All project tasks, milestones, and epics are maintained via GitHub issues in the repository, using the GitHub MCP server for automation and tracking. The local TODO.md is used as a reference and synchronized with GitHub issues as needed.
Each issue must include a hierarchy block at the top of its description, formatted as follows:
For Milestone issues (top-level):
Parent:
Project: <project_link>
Children:
- <child_issue_link>
Related to:
- <related_issue_link>
For Epic issues (phase-level):
Parent: <parent_issue_link>
Project: <project_link>
Children:
- <child_issue_link>
Depends On:
- <prerequisite_issue_link>
Checklist tasks for the epic should be listed below this block.
- Create all new tasks, milestones, and epics as GitHub issues.
- Add the hierarchy block to each issue as described above.
- Link parent/child issues and project as appropriate.

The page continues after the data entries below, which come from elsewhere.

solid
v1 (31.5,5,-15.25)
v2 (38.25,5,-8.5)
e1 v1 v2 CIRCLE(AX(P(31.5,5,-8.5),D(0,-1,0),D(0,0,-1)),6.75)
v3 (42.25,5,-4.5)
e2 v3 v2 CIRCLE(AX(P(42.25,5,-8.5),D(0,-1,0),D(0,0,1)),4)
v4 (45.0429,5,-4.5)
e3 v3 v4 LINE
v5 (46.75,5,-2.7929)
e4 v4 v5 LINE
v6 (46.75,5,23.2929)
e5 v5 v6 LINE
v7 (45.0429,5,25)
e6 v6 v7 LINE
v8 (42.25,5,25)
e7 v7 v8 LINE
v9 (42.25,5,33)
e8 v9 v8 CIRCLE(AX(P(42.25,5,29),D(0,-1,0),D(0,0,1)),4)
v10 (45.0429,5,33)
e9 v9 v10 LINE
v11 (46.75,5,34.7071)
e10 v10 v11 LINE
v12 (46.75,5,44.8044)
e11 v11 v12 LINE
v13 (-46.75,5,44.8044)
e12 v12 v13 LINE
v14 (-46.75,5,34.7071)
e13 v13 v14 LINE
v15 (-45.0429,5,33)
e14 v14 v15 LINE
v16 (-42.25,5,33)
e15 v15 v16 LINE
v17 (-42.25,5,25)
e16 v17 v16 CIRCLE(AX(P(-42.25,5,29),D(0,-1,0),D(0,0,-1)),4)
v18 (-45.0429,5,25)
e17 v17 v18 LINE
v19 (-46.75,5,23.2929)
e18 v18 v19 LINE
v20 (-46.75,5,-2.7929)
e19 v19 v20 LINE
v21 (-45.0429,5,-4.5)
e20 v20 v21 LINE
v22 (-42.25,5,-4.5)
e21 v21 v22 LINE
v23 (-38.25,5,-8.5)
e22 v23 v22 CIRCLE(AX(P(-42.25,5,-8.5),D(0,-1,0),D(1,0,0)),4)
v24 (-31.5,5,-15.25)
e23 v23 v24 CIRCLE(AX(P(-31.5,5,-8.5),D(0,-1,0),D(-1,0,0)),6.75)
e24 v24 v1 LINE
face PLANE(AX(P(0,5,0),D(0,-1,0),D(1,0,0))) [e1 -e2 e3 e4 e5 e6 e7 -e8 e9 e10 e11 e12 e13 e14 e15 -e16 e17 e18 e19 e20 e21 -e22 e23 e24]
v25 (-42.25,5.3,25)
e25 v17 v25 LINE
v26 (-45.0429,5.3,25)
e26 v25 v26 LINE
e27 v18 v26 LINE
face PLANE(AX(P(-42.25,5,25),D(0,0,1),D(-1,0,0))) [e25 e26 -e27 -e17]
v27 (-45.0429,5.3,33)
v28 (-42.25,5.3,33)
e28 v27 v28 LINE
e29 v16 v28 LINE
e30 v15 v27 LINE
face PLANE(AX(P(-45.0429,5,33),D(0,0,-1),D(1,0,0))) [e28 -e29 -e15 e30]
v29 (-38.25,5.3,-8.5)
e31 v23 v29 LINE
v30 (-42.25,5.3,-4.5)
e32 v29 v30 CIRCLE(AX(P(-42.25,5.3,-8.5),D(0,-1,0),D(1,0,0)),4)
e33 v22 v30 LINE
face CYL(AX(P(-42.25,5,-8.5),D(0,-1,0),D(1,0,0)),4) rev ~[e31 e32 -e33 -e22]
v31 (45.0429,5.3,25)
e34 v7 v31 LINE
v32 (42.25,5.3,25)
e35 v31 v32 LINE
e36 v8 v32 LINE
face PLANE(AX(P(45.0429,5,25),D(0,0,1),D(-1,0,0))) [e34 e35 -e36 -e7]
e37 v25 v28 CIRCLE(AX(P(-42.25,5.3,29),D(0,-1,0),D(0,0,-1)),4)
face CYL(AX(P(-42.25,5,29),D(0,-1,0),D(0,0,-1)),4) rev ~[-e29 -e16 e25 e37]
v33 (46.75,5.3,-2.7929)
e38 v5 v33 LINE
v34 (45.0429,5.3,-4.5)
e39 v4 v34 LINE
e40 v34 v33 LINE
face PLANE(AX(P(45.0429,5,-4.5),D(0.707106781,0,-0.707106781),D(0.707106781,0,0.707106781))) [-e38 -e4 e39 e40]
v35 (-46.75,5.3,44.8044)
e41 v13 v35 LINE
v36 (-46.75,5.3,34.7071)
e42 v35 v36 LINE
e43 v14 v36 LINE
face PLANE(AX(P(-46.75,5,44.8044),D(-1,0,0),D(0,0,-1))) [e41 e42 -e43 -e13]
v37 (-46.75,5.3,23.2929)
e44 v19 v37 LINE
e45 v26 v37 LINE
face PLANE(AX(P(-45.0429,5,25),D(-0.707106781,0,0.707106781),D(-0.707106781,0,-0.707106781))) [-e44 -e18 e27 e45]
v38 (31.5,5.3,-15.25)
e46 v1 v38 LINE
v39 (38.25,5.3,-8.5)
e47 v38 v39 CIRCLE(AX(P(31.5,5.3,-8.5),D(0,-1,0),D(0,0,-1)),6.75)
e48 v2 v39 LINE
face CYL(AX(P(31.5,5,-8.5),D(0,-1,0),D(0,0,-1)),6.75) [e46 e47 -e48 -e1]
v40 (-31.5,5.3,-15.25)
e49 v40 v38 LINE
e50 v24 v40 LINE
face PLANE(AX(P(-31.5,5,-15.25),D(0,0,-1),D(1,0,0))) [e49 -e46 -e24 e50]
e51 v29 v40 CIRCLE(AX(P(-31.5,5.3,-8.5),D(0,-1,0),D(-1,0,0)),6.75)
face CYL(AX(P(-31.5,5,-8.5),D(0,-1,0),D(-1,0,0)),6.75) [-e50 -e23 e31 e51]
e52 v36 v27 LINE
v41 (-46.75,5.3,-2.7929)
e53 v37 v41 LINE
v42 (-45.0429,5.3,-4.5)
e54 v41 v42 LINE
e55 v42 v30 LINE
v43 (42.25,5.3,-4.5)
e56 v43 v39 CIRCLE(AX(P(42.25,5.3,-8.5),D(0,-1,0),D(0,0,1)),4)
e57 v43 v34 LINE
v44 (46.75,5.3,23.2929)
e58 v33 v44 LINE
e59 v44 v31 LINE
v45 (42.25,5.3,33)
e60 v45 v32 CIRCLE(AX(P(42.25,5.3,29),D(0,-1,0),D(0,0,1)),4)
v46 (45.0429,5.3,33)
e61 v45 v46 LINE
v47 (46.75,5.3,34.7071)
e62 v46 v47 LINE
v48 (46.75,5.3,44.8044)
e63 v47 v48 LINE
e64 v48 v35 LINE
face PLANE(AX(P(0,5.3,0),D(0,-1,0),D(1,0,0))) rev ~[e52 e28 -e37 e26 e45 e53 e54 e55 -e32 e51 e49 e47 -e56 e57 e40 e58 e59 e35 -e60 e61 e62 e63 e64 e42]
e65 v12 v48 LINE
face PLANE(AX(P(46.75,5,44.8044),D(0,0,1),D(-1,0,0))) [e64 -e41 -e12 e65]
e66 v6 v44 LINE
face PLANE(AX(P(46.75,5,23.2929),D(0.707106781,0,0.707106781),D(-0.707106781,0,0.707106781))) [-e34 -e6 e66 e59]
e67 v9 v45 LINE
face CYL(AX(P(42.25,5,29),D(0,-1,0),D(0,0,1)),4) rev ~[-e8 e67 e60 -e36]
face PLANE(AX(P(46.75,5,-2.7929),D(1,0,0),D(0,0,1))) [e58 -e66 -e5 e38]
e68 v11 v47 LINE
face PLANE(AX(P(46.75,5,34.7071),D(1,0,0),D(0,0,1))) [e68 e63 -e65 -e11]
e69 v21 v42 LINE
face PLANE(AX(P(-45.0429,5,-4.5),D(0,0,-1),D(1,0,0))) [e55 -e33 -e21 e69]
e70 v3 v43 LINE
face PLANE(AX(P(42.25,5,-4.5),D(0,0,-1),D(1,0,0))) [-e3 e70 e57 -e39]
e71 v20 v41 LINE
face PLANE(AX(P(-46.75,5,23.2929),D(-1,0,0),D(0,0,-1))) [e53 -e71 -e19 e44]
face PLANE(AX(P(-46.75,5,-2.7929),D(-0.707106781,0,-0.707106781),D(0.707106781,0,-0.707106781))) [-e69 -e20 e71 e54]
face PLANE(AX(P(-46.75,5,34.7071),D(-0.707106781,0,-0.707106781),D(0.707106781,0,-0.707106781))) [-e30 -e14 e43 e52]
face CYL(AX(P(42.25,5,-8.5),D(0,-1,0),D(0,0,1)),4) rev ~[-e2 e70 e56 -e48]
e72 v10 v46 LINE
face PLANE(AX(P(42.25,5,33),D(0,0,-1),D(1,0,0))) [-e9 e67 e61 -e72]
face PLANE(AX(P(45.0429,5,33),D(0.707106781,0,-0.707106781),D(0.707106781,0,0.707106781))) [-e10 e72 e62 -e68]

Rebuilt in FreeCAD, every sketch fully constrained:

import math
import FreeCAD as App
import Part
import Sketcher
from FreeCAD import Vector
Q = App.Units.Quantity

doc = App.newDocument("Part")
body = doc.addObject("PartDesign::Body", "Body")

sketch1 = body.newObject("Sketcher::SketchObject", "Sketch")
sketch1.AttachmentSupport = (doc.getObject("XZ_Plane"), [""])
sketch1.MapMode = "FlatFace"
sketch1.AttachmentOffset = App.Placement(Vector(0, 0, -5), App.Rotation())
sketch1.addGeometry([
    Part.ArcOfCircle(Part.Circle(Vector(-31.5, -8.5, 0), Vector(0, 0, 1), 6.8), math.radians(180), math.radians(270)),
    Part.LineSegment(Vector(-31.5, -15.2, 0), Vector(31.5, -15.2, 0)),
    Part.ArcOfCircle(Part.Circle(Vector(31.5, -8.5, 0), Vector(0, 0, 1), 6.8), math.radians(-90), math.radians(0)),
    Part.ArcOfCircle(Part.Circle(Vector(42.2, -8.5, 0), Vector(0, 0, 1), 4), math.radians(90), math.radians(180)),
    Part.LineSegment(Vector(42.2, -4.5, 0), Vector(45, -4.5, 0)),
    Part.LineSegment(Vector(45, -4.5, 0), Vector(46.8, -2.8, 0)),
    Part.LineSegment(Vector(46.8, -2.8, 0), Vector(46.8, 23.3, 0)),
    Part.LineSegment(Vector(46.8, 23.3, 0), Vector(45, 25, 0)),
    Part.LineSegment(Vector(45, 25, 0), Vector(42.2, 25, 0)),
    Part.ArcOfCircle(Part.Circle(Vector(42.2, 29, 0), Vector(0, 0, 1), 4), math.radians(90), math.radians(270)),
    Part.LineSegment(Vector(42.2, 33, 0), Vector(45, 33, 0)),
    Part.LineSegment(Vector(45, 33, 0), Vector(46.8, 34.7, 0)),
    Part.LineSegment(Vector(46.8, 34.7, 0), Vector(46.8, 44.8, 0)),
    Part.LineSegment(Vector(46.8, 44.8, 0), Vector(-46.8, 44.8, 0)),
    Part.LineSegment(Vector(-46.8, 44.8, 0), Vector(-46.8, 34.7, 0)),
    Part.LineSegment(Vector(-46.8, 34.7, 0), Vector(-45, 33, 0)),
    Part.LineSegment(Vector(-45, 33, 0), Vector(-42.2, 33, 0)),
    Part.ArcOfCircle(Part.Circle(Vector(-42.2, 29, 0), Vector(0, 0, 1), 4), math.radians(-90), math.radians(90)),
    Part.LineSegment(Vector(-42.2, 25, 0), Vector(-45, 25, 0)),
    Part.LineSegment(Vector(-45, 25, 0), Vector(-46.8, 23.3, 0)),
    Part.LineSegment(Vector(-46.8, 23.3, 0), Vector(-46.8, -2.8, 0)),
    Part.LineSegment(Vector(-46.8, -2.8, 0), Vector(-45, -4.5, 0)),
    Part.LineSegment(Vector(-45, -4.5, 0), Vector(-42.2, -4.5, 0)),
    Part.ArcOfCircle(Part.Circle(Vector(-42.2, -8.5, 0), Vector(0, 0, 1), 4), math.radians(0), math.radians(90)),
], False)
sketch1.addConstraint([
    Sketcher.Constraint("Tangent", 0, 2, 1, 1),
    Sketcher.Constraint("Tangent", 1, 2, 2, 1),
    Sketcher.Constraint("Tangent", 2, 2, 3, 2),
    Sketcher.Constraint("Tangent", 3, 1, 4, 1),
    Sketcher.Constraint("Coincident", 4, 2, 5, 1),
    Sketcher.Constraint("Coincident", 5, 2, 6, 1),
    Sketcher.Constraint("Coincident", 6, 2, 7, 1),
    Sketcher.Constraint("Coincident", 7, 2, 8, 1),
    Sketcher.Constraint("Tangent", 8, 2, 9, 2),
    Sketcher.Constraint("Tangent", 9, 1, 10, 1),
    Sketcher.Constraint("Coincident", 10, 2, 11, 1),
    Sketcher.Constraint("Coincident", 11, 2, 12, 1),
    Sketcher.Constraint("Coincident", 12, 2, 13, 1),
    Sketcher.Constraint("Coincident", 13, 2, 14, 1),
    Sketcher.Constraint("Coincident", 14, 2, 15, 1),
    Sketcher.Constraint("Coincident", 15, 2, 16, 1),
    Sketcher.Constraint("Tangent", 16, 2, 17, 2),
    Sketcher.Constraint("Tangent", 17, 1, 18, 1),
    Sketcher.Constraint("Coincident", 18, 2, 19, 1),
    Sketcher.Constraint("Coincident", 19, 2, 20, 1),
    Sketcher.Constraint("Coincident", 20, 2, 21, 1),
    Sketcher.Constraint("Coincident", 21, 2, 22, 1),
    Sketcher.Constraint("Tangent", 22, 2, 23, 2),
    Sketcher.Constraint("Tangent", 23, 1, 0, 1),
    Sketcher.Constraint("Horizontal", 1),
    Sketcher.Constraint("Horizontal", 4),
    Sketcher.Constraint("Vertical", 6),
    Sketcher.Constraint("Horizontal", 8),
    Sketcher.Constraint("Horizontal", 10),
    Sketcher.Constraint("Vertical", 12),
    Sketcher.Constraint("Horizontal", 13),
    Sketcher.Constraint("Vertical", 14),
    Sketcher.Constraint("Horizontal", 16),
    Sketcher.Constraint("Horizontal", 18),
    Sketcher.Constraint("Vertical", 20),
    Sketcher.Constraint("Horizontal", 22),
    Sketcher.Constraint("Equal", 0, 2),
    Sketcher.Constraint("Equal", 3, 9),
    Sketcher.Constraint("Equal", 9, 17),
    Sketcher.Constraint("Equal", 17, 23),
    Sketcher.Constraint("Symmetric", 9, 3, 17, 3, -2),
    Sketcher.Constraint("Symmetric", 3, 3, 23, 3, -2),
    Sketcher.Constraint("Symmetric", 11, 2, 14, 2, -2),
    Sketcher.Constraint("Symmetric", 6, 2, 19, 2, -2),
    Sketcher.Constraint("Perpendicular", 5, 7),
    Sketcher.Constraint("Perpendicular", 7, 11),
    Sketcher.Constraint("Perpendicular", 11, 15),
    Sketcher.Constraint("Perpendicular", 15, 19),
    Sketcher.Constraint("Perpendicular", 19, 21),
    Sketcher.Constraint("Horizontal", 2, 3, 3, 3),
    Sketcher.Constraint("Horizontal", 5, 2, 20, 2),
    Sketcher.Constraint("Vertical", 3, 3, 9, 3),
    Sketcher.Constraint("Vertical", 4, 2, 7, 2),
    Sketcher.Constraint("Vertical", 7, 2, 10, 2),
    Sketcher.Constraint("Vertical", 6, 2, 11, 2),
    Sketcher.Constraint("Vertical", 15, 2, 18, 2),
    Sketcher.Constraint("Radius", 3, Q("4 mm")),
    Sketcher.Constraint("DistanceX", 1, 1, 1, 2, Q("63 mm")),
    Sketcher.Constraint("Radius", 0, Q("6.75 mm")),
    Sketcher.Constraint("DistanceX", 13, 2, 13, 1, Q("93.5 mm")),
    Sketcher.Constraint("DistanceY", -1, 1, 9, 3, Q("29 mm")),
    Sketcher.Constraint("DistanceY", 0, 3, -1, 1, Q("8.5 mm")),
    Sketcher.Constraint("DistanceX", 4, 1, 4, 2, Q("2.793 mm")),
    Sketcher.Constraint("DistanceY", 12, 1, 12, 2, Q("10.0973 mm")),
])
pad1 = body.newObject("PartDesign::Pad", "Pad")
pad1.Profile = sketch1
pad1.Length = 0.3
pad1.Reversed = True

doc.recompute()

- Use the GitHub MCP server to automate issue creation, updates, and tracking.
- Do not use TODO.md for new tasks; migrate any remaining items to issues.
- Keep checklists and progress in the issue body for visibility.
- For Epic issues, always include a link to the previous phase's issue in the 'Depends On' field to indicate dependency order.
- At the start of each milestone, update the top section to identify the milestone, expected outcome, and link to the milestone issue.
- Group all tasks by their Epic issue, including a link to each Epic issue.
- Keep task status (checked/unchecked) in sync with GitHub issues.
- Updates should flow both ways: from GitHub issues into TODO.md, and from TODO.md into GitHub issues.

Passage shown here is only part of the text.